The library is built automatically along with the gRaIL module and replaces the four vDSO-affected system calls' library-wrappers to date: gettimeofday
, clock_gettime
, time
, and getcpu
.
We could not observe any significant performance difference between disabling the vDSO globally and using the wrapper library, but it is possible that a future Linux kernel version extends the usage of the vDSO (althrough this has not happened since the 2.6 release of Linux/amd64).
In this unlikely case, an update to the libnovdso.so
library is required or simulation results may be invalid, thus our advice to disable the vDSO system wide.
If you opt to rely on the libnovdso.so
library, you may consult the simulation system's vdso(7)
man page to see if any additional calls were implemented (please report an issue in this case).
Since gRaIL operates exclusively on system calls, the obvious way to start extending gRaIL is to implement a missing system call. The proven workflow for this is as follows:
The protocol may just work. In this case, please report this so we can extend the list.
At some point, you may encounter an error "unsupported system call: <number>".
The number reported is the decimal identifier of the Linux/amd64 system call.
As a first step, look up which system call has this number, e.g., via https://filippo.io/linux-syscall-table/.
Next, extend the mapping from numeric to symbolic system call identifiers in syscname.cc
.
Re-run the unsupported protocol, the error should now report the symbolic name of this unsupported system call.
Look up the man page for the system call (man page section 2) and analyze the functionality of the call. Consult the paper as a reference to assign one or more system call categories to subsets of the features. Often, it is not necessary to implement all facets of the system call, as only a small subset of features is used by protocols. Start with those.
System call handling is initiated by a large case statement that matches on the symbolic system call identifier.
First, extend this list in the method HandleSyscallBefore
in grail.cc
with the new system call's identifier.
If the call belongs to category I, you are done at this point and may retry running the unsupported protocol (step 1).
Otherwise, implement and call a handler method for the system call, e.g, HandleNanoSleep
for syscall SYS_nanosleep
.
Reading the other system call implementations will help to understand the necessary implementation work.

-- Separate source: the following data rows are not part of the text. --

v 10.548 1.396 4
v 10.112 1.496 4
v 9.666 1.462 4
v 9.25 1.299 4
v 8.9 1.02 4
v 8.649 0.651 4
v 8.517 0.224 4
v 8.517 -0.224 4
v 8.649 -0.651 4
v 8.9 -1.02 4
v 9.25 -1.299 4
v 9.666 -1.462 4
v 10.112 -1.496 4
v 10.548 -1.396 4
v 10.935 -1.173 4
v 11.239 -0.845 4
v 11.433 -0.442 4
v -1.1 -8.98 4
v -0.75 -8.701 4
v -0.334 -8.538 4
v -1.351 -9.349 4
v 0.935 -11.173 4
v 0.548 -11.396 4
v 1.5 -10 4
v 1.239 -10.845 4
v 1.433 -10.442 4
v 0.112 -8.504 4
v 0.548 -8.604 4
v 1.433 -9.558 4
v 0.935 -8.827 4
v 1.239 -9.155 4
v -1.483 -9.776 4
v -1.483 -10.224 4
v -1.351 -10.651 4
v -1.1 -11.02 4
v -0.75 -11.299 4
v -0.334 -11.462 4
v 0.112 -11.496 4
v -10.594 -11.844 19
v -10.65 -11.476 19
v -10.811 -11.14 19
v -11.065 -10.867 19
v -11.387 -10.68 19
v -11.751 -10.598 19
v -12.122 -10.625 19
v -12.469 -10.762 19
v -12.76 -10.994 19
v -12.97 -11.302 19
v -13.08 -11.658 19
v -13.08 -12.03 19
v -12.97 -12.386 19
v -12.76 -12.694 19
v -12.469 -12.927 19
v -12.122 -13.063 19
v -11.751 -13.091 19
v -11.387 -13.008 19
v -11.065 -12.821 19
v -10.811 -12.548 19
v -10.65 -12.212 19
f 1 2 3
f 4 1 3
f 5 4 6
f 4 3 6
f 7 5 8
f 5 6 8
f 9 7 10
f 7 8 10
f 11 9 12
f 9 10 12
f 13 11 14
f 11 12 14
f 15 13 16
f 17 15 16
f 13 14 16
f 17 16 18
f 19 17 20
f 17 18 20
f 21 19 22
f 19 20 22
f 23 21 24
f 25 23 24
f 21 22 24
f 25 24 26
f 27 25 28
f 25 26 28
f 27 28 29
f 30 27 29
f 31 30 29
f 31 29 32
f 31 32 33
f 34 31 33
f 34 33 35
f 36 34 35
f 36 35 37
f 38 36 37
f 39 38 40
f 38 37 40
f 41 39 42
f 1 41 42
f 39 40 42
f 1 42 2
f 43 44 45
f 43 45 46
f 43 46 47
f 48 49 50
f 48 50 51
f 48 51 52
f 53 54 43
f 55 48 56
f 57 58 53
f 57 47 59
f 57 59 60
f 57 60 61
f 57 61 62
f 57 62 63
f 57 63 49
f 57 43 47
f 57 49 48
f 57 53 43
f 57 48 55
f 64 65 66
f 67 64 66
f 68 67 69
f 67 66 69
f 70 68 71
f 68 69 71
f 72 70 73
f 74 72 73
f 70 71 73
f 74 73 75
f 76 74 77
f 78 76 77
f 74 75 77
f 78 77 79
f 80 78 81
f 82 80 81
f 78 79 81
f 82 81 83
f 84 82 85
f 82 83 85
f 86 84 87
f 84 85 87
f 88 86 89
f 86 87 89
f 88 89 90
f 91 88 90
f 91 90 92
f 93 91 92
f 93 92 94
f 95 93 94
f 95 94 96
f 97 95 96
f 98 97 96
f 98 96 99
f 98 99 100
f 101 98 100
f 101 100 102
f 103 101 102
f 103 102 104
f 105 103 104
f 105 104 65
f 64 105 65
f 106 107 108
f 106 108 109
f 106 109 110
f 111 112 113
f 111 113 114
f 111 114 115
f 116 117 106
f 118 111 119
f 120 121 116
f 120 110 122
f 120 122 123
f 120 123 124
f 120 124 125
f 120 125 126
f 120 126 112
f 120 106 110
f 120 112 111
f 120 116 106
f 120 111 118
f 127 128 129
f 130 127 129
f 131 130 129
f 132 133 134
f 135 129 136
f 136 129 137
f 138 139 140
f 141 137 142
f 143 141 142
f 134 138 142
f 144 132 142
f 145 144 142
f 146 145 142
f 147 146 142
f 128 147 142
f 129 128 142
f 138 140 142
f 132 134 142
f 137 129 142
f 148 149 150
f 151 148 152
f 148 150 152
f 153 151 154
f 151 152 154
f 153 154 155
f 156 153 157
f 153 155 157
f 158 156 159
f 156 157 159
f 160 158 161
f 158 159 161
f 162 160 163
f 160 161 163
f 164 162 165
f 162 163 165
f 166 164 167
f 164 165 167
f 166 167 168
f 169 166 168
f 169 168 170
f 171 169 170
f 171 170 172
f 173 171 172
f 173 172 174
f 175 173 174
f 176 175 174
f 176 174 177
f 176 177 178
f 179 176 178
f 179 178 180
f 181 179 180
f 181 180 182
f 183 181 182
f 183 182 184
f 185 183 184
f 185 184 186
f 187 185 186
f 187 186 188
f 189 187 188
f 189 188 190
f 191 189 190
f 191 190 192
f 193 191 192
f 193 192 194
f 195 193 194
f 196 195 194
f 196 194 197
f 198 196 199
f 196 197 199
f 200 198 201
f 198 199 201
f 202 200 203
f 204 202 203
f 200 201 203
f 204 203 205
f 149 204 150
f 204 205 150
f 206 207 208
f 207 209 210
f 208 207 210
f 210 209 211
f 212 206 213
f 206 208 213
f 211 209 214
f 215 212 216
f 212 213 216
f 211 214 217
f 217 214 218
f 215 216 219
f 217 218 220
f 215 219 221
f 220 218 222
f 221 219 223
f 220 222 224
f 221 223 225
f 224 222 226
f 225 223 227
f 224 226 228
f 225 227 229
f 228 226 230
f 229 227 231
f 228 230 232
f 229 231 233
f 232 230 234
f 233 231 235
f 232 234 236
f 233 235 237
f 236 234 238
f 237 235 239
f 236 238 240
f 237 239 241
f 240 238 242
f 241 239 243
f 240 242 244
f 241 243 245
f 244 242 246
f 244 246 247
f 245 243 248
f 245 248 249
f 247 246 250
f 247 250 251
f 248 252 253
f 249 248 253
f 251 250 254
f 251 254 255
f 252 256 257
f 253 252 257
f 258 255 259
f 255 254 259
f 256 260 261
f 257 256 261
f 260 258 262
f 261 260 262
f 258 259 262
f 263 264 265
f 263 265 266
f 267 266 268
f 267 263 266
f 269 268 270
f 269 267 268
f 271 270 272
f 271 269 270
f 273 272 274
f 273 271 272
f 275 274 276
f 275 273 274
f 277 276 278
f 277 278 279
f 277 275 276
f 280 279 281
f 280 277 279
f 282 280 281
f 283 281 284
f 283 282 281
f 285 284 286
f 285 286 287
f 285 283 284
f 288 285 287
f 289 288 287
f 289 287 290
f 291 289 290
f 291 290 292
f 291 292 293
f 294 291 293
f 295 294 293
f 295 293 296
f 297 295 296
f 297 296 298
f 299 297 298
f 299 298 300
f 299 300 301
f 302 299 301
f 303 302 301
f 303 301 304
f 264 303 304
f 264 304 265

Once you have implemented the system call, repeat step (1) to test its functionality and find further missing system calls.
Some larger kernel subsystems are exposed indirectly via system calls.

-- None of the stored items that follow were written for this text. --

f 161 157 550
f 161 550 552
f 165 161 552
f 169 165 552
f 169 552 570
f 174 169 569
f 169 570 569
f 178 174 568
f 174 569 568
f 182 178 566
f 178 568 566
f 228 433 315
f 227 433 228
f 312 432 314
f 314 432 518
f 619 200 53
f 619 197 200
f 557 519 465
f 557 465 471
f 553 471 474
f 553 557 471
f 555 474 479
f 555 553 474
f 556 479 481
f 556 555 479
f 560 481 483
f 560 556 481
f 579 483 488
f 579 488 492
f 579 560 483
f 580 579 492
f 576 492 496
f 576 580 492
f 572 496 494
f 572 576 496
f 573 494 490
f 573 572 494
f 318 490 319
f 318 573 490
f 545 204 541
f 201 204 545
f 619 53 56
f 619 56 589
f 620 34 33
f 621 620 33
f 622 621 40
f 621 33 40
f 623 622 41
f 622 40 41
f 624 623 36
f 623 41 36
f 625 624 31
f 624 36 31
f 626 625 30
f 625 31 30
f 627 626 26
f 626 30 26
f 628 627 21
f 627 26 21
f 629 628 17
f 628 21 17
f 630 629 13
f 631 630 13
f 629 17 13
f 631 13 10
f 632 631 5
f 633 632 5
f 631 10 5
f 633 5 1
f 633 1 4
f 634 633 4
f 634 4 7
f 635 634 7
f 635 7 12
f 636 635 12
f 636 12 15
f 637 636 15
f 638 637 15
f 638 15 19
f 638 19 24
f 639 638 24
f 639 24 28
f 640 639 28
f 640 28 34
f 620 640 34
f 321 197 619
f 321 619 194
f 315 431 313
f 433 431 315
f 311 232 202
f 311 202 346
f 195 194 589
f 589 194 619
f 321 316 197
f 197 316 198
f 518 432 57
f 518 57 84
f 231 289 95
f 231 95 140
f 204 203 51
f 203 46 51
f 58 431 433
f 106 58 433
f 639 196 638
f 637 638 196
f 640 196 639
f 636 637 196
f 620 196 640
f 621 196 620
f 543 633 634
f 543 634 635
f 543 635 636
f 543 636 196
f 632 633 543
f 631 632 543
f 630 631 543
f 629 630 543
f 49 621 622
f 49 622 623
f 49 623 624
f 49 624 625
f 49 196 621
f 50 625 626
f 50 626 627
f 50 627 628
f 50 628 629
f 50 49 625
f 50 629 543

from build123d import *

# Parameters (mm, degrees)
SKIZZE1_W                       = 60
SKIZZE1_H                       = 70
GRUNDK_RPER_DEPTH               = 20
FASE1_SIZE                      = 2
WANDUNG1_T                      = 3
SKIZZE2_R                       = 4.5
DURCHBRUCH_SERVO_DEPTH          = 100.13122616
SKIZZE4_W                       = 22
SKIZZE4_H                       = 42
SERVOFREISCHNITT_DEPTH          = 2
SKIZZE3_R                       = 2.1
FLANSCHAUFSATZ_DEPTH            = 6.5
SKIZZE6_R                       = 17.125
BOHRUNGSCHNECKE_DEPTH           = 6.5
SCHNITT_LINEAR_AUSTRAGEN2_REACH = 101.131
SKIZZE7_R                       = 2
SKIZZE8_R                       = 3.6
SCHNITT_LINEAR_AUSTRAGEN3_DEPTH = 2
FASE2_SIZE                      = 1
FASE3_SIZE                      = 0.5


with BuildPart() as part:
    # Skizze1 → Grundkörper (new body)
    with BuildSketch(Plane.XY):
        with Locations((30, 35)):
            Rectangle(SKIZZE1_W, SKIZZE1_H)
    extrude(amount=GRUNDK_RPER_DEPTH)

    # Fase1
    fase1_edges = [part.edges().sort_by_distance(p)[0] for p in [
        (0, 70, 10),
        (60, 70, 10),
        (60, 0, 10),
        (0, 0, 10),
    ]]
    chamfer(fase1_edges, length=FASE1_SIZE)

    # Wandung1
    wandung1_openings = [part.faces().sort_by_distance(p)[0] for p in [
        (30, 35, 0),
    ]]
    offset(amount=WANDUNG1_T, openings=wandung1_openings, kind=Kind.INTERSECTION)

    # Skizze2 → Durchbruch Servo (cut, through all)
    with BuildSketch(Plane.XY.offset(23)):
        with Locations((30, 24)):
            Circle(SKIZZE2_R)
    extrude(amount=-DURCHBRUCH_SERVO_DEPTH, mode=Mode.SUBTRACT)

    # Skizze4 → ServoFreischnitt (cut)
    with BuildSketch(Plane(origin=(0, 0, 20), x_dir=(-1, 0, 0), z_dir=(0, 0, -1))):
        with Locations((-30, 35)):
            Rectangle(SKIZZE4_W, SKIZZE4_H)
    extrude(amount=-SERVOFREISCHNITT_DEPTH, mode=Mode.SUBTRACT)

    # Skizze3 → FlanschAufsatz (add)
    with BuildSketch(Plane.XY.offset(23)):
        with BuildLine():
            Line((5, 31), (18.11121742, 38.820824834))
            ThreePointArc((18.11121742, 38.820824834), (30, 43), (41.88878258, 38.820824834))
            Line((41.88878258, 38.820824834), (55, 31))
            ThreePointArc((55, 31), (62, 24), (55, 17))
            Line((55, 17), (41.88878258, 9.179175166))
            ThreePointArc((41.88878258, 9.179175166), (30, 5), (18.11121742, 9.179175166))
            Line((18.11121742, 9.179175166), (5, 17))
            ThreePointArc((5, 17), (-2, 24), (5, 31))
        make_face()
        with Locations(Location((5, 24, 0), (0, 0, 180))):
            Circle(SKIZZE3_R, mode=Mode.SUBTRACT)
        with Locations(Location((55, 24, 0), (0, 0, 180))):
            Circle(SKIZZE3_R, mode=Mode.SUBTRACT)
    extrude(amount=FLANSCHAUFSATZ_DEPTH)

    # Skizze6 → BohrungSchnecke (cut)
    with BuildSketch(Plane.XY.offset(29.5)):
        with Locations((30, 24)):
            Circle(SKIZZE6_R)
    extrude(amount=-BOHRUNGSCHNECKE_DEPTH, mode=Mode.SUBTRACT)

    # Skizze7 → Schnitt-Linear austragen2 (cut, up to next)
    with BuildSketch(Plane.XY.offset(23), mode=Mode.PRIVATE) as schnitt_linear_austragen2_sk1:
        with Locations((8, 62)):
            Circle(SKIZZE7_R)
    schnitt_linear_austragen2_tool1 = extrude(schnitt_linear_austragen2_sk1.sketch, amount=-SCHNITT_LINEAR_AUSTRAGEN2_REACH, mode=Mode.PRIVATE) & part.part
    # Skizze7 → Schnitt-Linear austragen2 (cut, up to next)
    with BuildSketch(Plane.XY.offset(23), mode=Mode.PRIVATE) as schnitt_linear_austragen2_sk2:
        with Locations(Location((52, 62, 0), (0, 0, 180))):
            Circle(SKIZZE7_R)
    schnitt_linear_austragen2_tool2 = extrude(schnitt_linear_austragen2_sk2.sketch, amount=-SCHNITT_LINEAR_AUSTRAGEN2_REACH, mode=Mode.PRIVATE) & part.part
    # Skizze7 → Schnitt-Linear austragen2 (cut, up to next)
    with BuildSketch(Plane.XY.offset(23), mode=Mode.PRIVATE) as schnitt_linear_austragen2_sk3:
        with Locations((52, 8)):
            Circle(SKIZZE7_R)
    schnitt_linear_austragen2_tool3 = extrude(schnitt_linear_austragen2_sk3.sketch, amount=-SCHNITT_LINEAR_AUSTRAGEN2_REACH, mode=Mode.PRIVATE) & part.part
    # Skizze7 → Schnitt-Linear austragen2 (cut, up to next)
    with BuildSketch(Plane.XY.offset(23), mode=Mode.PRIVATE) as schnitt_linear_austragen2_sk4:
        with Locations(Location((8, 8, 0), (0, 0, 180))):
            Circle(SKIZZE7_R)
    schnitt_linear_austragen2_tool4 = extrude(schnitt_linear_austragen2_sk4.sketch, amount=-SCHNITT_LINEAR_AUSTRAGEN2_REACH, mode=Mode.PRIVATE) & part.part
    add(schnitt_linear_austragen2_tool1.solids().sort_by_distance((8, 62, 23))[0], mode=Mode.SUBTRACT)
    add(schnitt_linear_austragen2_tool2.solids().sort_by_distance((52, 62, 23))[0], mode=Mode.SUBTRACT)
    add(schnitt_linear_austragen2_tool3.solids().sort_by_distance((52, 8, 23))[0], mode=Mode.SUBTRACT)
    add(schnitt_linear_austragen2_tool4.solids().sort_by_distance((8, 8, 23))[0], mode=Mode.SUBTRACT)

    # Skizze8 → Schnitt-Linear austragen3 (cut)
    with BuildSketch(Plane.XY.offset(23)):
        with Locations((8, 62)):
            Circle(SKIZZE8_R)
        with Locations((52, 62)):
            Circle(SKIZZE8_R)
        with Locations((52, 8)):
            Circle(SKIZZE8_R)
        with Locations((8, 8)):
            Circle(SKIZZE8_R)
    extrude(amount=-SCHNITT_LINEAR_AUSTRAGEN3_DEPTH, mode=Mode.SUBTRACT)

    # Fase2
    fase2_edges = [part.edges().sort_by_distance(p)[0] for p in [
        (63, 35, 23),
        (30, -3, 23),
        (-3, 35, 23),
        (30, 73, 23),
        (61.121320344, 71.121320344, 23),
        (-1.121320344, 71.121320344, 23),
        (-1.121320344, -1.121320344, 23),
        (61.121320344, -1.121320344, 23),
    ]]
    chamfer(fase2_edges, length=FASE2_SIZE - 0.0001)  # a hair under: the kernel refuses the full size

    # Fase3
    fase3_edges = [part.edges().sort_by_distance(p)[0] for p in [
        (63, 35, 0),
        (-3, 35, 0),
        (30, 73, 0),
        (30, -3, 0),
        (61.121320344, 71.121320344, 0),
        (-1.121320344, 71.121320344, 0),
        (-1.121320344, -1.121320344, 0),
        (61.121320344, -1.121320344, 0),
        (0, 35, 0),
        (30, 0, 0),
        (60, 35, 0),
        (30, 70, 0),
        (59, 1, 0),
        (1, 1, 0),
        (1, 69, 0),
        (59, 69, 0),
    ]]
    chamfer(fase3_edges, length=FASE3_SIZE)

E.g., socket system calls expose the netlink kernel protocol via netlink sockets, other systems are exposed via the file system.

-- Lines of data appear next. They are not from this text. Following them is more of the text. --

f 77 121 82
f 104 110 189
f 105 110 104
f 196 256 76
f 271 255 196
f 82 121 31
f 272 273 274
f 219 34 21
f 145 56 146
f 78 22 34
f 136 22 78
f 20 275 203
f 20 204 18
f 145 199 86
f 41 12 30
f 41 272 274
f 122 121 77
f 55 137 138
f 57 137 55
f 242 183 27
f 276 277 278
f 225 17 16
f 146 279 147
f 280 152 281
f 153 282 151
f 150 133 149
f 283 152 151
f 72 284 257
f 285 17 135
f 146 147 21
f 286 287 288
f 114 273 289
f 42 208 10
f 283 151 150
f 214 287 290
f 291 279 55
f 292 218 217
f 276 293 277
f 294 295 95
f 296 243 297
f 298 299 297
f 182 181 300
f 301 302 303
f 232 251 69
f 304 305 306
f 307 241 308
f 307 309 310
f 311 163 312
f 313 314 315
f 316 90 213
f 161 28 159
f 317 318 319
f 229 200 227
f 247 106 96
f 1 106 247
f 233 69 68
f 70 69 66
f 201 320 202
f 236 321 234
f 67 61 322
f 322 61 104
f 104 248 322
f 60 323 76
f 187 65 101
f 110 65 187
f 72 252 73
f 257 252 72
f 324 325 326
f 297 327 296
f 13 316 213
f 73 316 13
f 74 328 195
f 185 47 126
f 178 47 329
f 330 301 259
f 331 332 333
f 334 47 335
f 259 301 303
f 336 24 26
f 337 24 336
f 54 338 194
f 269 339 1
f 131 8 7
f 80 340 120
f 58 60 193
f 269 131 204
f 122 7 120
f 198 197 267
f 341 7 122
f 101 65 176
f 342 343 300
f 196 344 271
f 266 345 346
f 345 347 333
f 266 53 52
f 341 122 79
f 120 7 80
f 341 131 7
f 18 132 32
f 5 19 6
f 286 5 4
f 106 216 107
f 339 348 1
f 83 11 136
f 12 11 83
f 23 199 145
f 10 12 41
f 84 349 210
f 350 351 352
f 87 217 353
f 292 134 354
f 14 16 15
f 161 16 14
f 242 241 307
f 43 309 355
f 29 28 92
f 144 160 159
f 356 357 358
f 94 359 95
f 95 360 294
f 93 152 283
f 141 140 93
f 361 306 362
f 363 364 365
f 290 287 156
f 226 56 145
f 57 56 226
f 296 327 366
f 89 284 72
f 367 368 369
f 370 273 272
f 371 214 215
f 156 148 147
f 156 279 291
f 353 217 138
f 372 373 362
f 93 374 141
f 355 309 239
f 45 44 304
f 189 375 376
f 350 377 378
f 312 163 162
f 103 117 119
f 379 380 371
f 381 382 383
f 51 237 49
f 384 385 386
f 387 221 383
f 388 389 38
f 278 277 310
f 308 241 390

If the subsystem is large, consider introducing a separate class that provides an interface for the relevant system calls.
The files netlink.h
and netlink.cc
, e.g., introduce the NetlinkSocket
class that implements relevant socket-related system calls specifically for netlink sockets.
Although individual system-calls-handler implementations are mostly small and code bloat minimized by implementing them as a method in grail.cc
, the cumulative size of the handlers renders grail.cc
quite large.
The file accounts for approximately 50% of the total non comment lines of code at the time of writing, so a refactoring is a reasonable act.
Feel free to submit a merge request if you believe you have found an improved file organization or code architecture.